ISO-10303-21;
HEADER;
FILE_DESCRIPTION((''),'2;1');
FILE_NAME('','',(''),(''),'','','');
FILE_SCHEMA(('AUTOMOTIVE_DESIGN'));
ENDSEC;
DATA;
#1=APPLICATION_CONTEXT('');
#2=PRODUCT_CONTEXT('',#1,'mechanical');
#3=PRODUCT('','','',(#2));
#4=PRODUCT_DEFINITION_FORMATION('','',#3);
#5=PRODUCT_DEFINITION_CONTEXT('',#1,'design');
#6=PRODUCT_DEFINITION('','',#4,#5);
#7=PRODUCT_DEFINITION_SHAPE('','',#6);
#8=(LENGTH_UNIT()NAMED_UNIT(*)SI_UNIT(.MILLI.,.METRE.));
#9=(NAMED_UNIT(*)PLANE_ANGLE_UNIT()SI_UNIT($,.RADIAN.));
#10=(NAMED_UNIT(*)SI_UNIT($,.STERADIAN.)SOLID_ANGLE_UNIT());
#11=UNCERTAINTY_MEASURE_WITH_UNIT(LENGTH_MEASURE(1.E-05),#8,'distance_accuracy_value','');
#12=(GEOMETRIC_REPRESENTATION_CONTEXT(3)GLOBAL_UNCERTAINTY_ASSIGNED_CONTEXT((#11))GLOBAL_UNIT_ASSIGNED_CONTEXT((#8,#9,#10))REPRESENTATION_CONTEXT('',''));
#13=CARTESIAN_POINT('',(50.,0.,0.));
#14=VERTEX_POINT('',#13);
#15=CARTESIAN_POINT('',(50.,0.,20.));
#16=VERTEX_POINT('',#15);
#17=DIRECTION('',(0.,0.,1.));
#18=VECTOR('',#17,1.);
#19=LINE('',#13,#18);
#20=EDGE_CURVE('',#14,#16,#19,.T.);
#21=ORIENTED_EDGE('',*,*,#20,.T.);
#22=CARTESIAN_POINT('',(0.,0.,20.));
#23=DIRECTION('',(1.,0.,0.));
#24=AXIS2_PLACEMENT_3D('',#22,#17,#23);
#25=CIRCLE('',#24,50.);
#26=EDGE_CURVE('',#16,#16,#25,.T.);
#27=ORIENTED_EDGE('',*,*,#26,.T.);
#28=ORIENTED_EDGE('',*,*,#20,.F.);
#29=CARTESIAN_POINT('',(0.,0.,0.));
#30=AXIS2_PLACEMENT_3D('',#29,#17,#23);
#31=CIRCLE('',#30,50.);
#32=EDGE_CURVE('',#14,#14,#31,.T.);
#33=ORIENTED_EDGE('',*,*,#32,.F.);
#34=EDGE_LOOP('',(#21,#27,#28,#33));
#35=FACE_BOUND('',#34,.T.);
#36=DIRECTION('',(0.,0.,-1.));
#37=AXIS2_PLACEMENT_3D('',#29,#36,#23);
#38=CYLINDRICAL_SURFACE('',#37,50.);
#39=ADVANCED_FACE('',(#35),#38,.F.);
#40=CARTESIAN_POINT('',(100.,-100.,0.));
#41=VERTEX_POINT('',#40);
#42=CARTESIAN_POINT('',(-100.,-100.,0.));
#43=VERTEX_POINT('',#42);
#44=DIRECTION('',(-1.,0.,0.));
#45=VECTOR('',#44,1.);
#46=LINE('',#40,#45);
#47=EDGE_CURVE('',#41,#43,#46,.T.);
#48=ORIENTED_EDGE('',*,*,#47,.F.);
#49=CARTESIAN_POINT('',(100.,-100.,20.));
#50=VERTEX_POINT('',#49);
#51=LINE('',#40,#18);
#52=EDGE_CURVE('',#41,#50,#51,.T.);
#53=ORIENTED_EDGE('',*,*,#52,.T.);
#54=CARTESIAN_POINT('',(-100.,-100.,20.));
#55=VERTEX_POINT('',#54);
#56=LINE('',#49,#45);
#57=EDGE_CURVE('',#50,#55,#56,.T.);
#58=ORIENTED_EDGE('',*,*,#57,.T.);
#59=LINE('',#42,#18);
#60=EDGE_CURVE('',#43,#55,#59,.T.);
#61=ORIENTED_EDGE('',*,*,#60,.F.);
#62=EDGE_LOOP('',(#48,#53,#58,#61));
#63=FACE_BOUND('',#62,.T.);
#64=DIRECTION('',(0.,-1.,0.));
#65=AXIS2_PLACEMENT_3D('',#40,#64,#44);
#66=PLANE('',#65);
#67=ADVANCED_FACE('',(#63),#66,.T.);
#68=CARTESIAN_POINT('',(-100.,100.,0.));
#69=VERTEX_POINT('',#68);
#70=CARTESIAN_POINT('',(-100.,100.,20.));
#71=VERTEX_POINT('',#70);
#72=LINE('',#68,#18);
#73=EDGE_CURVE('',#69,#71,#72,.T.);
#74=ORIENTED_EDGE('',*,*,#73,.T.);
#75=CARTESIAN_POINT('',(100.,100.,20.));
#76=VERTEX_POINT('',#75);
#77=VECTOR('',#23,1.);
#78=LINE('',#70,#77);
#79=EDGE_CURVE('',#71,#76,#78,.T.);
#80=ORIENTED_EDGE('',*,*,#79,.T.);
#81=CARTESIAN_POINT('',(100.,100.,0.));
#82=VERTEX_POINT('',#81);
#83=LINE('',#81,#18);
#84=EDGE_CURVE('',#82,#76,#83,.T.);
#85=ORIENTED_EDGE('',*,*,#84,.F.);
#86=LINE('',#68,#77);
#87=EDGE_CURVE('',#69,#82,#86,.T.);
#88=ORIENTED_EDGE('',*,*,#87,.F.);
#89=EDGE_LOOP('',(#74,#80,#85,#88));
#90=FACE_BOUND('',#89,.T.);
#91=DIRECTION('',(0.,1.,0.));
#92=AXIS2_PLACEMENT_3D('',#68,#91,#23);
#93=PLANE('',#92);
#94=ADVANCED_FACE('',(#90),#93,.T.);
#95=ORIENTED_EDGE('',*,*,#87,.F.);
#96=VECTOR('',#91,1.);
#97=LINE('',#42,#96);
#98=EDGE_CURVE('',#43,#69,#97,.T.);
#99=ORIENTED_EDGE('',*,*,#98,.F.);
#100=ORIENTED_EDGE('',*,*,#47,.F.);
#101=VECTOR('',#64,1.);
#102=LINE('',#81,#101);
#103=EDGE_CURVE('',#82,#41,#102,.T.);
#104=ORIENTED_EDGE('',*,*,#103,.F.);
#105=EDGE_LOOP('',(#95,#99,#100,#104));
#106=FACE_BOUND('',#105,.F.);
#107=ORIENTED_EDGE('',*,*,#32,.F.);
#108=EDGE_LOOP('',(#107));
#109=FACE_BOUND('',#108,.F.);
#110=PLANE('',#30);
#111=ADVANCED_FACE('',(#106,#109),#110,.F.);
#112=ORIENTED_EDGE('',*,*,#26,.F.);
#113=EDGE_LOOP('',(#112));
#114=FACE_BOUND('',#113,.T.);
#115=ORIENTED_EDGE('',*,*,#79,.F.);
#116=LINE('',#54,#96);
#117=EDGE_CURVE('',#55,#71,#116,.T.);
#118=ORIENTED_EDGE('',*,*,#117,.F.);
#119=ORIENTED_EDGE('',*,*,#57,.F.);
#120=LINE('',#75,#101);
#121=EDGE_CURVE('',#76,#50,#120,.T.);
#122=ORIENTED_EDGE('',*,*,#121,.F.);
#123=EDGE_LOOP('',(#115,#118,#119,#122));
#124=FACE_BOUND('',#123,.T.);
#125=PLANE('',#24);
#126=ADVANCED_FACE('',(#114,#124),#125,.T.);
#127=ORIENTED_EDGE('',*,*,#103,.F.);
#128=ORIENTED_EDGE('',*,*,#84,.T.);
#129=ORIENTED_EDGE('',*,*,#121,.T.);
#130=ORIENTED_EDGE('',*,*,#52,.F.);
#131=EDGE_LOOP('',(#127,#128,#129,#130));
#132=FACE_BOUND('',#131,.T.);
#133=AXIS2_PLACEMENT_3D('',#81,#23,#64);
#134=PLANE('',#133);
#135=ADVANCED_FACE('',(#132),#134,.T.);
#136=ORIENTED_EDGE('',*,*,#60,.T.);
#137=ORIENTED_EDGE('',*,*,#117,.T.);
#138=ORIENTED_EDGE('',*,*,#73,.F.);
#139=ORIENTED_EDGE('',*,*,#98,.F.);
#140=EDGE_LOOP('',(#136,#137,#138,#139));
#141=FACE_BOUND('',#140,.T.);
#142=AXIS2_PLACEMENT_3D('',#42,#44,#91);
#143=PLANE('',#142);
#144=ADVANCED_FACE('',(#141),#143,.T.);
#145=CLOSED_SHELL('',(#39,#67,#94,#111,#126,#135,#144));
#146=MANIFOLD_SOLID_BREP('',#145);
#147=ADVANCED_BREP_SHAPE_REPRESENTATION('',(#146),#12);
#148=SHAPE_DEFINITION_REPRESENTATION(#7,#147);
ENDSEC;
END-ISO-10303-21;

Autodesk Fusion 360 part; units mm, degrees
sketch "Sketch1" plane through (0, 0, 0) normal (0, 0, 1) x (1, 0, 0) in component "Washer"
  line L0 (100, -100) -> (-100, -100)
  line L1 (-100, -100) -> (-100, 100)
  line L2 (-100, 100) -> (100, 100)
  line L3 (100, 100) -> (100, -100)
  line L4 (100, -100) -> (-100, 100) construction
  line L5 (-100, -100) -> (100, 100) construction
  circle A0 centre (0, 0) radius 50
  dimension "d1" = 200
  dimension "d2" = 100
extrude "Extrude1" add sketch "Sketch1" along normal blind 20 in component "Washer"
component "Washer" placed x (1, 0, 0) y (0, 1, 0) z (0, 0, 1) at (0, 0, 0)
equation "d2 = d1 * 0.5"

□ □ □ □ □ □ □

* WORK INSTRUCTIONS *
When you reach the line in the material above that holds "#10=(NAMED_UNIT(*)SI_UNIT($,.STERADIAN.)SOLID_ANGLE_UNIT());", begin reproducing lines exactly, and stop after the line that holds "#42=CARTESIAN_POINT('',(-100.,-100.,0.));".

* PROBLEM SOLUTION *
#10=(NAMED_UNIT(*)SI_UNIT($,.STERADIAN.)SOLID_ANGLE_UNIT());
#11=UNCERTAINTY_MEASURE_WITH_UNIT(LENGTH_MEASURE(1.E-05),#8,'distance_accuracy_value','');
#12=(GEOMETRIC_REPRESENTATION_CONTEXT(3)GLOBAL_UNCERTAINTY_ASSIGNED_CONTEXT((#11))GLOBAL_UNIT_ASSIGNED_CONTEXT((#8,#9,#10))REPRESENTATION_CONTEXT('',''));
#13=CARTESIAN_POINT('',(50.,0.,0.));
#14=VERTEX_POINT('',#13);
#15=CARTESIAN_POINT('',(50.,0.,20.));
#16=VERTEX_POINT('',#15);
#17=DIRECTION('',(0.,0.,1.));
#18=VECTOR('',#17,1.);
#19=LINE('',#13,#18);
#20=EDGE_CURVE('',#14,#16,#19,.T.);
#21=ORIENTED_EDGE('',*,*,#20,.T.);
#22=CARTESIAN_POINT('',(0.,0.,20.));
#23=DIRECTION('',(1.,0.,0.));
#24=AXIS2_PLACEMENT_3D('',#22,#17,#23);
#25=CIRCLE('',#24,50.);
#26=EDGE_CURVE('',#16,#16,#25,.T.);
#27=ORIENTED_EDGE('',*,*,#26,.T.);
#28=ORIENTED_EDGE('',*,*,#20,.F.);
#29=CARTESIAN_POINT('',(0.,0.,0.));
#30=AXIS2_PLACEMENT_3D('',#29,#17,#23);
#31=CIRCLE('',#30,50.);
#32=EDGE_CURVE('',#14,#14,#31,.T.);
#33=ORIENTED_EDGE('',*,*,#32,.F.);
#34=EDGE_LOOP('',(#21,#27,#28,#33));
#35=FACE_BOUND('',#34,.T.);
#36=DIRECTION('',(0.,0.,-1.));
#37=AXIS2_PLACEMENT_3D('',#29,#36,#23);
#38=CYLINDRICAL_SURFACE('',#37,50.);
#39=ADVANCED_FACE('',(#35),#38,.F.);
#40=CARTESIAN_POINT('',(100.,-100.,0.));
#41=VERTEX_POINT('',#40);
#42=CARTESIAN_POINT('',(-100.,-100.,0.));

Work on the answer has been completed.